### What the task requires:
Take the data below and extract the lines from the one with "#40=ORIENTED_EDGE('',*,*,#39,.F.);" to the one with "#83=ADVANCED_FACE('',(#80),#82,.F.);", inclusive, exactly as written.

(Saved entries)
%%

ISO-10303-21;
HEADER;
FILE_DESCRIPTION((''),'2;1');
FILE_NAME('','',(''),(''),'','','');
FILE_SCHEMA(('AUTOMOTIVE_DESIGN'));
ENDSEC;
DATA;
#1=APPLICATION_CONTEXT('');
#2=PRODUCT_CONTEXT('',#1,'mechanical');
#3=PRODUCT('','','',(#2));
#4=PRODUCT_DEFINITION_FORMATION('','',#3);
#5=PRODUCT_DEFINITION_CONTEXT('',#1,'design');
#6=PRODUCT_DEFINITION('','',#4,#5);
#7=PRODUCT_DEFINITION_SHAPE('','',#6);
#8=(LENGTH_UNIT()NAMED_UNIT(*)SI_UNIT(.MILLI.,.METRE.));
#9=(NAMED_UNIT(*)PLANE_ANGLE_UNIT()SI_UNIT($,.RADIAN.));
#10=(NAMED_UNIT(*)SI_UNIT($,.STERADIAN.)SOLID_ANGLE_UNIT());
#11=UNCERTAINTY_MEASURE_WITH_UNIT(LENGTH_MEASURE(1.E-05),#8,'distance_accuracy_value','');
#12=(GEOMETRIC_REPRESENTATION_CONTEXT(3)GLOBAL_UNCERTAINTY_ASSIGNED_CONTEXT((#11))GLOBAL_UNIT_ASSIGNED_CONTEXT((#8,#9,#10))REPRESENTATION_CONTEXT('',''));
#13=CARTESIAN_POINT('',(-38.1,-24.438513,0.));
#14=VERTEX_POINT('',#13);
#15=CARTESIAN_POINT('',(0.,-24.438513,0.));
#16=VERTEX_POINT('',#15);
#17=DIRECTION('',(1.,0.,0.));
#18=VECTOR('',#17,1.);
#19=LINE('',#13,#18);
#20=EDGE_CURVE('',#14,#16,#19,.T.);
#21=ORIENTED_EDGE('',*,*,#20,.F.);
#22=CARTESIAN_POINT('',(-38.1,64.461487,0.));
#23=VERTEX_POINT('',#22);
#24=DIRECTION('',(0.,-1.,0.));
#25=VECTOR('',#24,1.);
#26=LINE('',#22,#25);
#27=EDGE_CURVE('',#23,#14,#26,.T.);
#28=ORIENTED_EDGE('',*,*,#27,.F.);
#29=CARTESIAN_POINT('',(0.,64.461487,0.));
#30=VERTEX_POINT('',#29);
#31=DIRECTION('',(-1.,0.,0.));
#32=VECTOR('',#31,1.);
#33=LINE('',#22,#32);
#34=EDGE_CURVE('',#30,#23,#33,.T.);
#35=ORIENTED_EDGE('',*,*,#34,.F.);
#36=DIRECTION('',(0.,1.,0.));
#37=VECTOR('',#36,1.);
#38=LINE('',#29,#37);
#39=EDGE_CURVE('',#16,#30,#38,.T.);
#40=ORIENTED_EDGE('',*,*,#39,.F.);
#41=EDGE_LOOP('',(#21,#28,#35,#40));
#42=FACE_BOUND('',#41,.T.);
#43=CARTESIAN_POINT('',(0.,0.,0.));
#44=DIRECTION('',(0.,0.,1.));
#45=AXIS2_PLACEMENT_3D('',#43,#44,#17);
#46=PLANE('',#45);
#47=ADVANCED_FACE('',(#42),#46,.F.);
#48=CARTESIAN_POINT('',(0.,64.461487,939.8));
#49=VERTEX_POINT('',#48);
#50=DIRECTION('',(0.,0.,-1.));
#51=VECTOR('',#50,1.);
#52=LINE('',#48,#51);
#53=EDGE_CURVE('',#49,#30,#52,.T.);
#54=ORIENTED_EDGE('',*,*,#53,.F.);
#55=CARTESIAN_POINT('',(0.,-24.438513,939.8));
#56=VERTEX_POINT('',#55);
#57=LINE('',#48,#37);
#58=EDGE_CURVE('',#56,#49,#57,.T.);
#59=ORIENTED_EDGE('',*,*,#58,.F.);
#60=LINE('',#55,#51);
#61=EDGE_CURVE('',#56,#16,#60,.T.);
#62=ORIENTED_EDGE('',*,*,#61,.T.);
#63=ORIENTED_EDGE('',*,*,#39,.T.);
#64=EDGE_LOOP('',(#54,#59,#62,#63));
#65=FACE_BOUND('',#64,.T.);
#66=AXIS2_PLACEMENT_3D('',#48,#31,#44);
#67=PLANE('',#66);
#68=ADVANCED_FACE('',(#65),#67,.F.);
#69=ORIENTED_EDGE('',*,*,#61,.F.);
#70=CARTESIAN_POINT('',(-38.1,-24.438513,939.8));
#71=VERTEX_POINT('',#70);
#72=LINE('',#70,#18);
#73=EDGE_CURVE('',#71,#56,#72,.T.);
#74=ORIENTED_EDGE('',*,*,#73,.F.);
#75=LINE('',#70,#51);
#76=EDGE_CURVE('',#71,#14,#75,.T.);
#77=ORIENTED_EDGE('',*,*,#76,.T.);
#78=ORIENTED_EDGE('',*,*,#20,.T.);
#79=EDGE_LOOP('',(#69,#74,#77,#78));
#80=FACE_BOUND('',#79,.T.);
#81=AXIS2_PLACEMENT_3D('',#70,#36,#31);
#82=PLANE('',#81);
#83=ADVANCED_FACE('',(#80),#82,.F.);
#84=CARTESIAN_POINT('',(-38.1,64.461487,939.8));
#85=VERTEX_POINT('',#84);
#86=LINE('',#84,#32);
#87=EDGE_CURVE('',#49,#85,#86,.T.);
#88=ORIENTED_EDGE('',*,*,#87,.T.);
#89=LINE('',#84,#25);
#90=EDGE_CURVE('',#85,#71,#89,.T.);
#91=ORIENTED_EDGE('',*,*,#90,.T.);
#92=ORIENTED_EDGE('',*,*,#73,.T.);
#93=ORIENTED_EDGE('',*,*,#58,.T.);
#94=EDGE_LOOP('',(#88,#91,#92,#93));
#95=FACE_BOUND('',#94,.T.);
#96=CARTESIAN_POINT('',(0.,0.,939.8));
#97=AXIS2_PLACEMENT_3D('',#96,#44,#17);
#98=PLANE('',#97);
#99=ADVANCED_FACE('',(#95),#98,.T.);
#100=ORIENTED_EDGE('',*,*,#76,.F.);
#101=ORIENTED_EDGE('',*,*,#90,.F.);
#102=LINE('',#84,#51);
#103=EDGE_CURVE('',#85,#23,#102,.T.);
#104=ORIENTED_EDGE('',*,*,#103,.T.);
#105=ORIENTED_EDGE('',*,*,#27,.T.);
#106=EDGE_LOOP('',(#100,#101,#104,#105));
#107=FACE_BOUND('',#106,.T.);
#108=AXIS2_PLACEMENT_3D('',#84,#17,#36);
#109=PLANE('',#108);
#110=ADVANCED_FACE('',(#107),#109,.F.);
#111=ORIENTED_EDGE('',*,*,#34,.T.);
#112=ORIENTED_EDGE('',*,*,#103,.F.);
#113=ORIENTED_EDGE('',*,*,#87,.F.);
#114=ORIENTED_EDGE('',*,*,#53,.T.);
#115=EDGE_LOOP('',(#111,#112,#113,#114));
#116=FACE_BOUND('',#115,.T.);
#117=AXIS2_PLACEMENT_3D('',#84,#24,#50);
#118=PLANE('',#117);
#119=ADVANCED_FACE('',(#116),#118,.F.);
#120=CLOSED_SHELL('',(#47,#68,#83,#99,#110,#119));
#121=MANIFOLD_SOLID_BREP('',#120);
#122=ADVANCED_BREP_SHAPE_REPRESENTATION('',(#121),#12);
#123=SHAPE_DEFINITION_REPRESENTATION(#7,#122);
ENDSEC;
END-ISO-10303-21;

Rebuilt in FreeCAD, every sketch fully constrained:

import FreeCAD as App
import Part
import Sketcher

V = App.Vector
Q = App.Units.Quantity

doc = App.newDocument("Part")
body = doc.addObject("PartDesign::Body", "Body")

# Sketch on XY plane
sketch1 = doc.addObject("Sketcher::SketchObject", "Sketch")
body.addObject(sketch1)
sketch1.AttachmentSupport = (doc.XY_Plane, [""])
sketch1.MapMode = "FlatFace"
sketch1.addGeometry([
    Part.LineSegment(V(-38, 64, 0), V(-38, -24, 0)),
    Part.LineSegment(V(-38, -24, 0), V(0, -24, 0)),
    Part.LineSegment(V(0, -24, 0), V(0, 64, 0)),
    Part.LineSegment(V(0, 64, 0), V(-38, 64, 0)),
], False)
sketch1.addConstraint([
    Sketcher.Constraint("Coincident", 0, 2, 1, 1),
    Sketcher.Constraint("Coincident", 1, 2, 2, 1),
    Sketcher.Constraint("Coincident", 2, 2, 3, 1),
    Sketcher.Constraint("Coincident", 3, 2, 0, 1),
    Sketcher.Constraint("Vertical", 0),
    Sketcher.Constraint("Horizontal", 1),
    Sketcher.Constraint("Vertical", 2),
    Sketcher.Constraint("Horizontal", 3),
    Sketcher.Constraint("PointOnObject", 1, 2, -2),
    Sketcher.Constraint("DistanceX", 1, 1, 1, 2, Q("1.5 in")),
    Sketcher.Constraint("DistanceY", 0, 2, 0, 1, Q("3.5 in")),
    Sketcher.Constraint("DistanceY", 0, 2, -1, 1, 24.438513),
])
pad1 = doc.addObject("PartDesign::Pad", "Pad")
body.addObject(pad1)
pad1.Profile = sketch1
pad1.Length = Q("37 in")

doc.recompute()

%%

### Exercise result:
#40=ORIENTED_EDGE('',*,*,#39,.F.);
#41=EDGE_LOOP('',(#21,#28,#35,#40));
#42=FACE_BOUND('',#41,.T.);
#43=CARTESIAN_POINT('',(0.,0.,0.));
#44=DIRECTION('',(0.,0.,1.));
#45=AXIS2_PLACEMENT_3D('',#43,#44,#17);
#46=PLANE('',#45);
#47=ADVANCED_FACE('',(#42),#46,.F.);
#48=CARTESIAN_POINT('',(0.,64.461487,939.8));
#49=VERTEX_POINT('',#48);
#50=DIRECTION('',(0.,0.,-1.));
#51=VECTOR('',#50,1.);
#52=LINE('',#48,#51);
#53=EDGE_CURVE('',#49,#30,#52,.T.);
#54=ORIENTED_EDGE('',*,*,#53,.F.);
#55=CARTESIAN_POINT('',(0.,-24.438513,939.8));
#56=VERTEX_POINT('',#55);
#57=LINE('',#48,#37);
#58=EDGE_CURVE('',#56,#49,#57,.T.);
#59=ORIENTED_EDGE('',*,*,#58,.F.);
#60=LINE('',#55,#51);
#61=EDGE_CURVE('',#56,#16,#60,.T.);
#62=ORIENTED_EDGE('',*,*,#61,.T.);
#63=ORIENTED_EDGE('',*,*,#39,.T.);
#64=EDGE_LOOP('',(#54,#59,#62,#63));
#65=FACE_BOUND('',#64,.T.);
#66=AXIS2_PLACEMENT_3D('',#48,#31,#44);
#67=PLANE('',#66);
#68=ADVANCED_FACE('',(#65),#67,.F.);
#69=ORIENTED_EDGE('',*,*,#61,.F.);
#70=CARTESIAN_POINT('',(-38.1,-24.438513,939.8));
#71=VERTEX_POINT('',#70);
#72=LINE('',#70,#18);
#73=EDGE_CURVE('',#71,#56,#72,.T.);
#74=ORIENTED_EDGE('',*,*,#73,.F.);
#75=LINE('',#70,#51);
#76=EDGE_CURVE('',#71,#14,#75,.T.);
#77=ORIENTED_EDGE('',*,*,#76,.T.);
#78=ORIENTED_EDGE('',*,*,#20,.T.);
#79=EDGE_LOOP('',(#69,#74,#77,#78));
#80=FACE_BOUND('',#79,.T.);
#81=AXIS2_PLACEMENT_3D('',#70,#36,#31);
#82=PLANE('',#81);
#83=ADVANCED_FACE('',(#80),#82,.F.);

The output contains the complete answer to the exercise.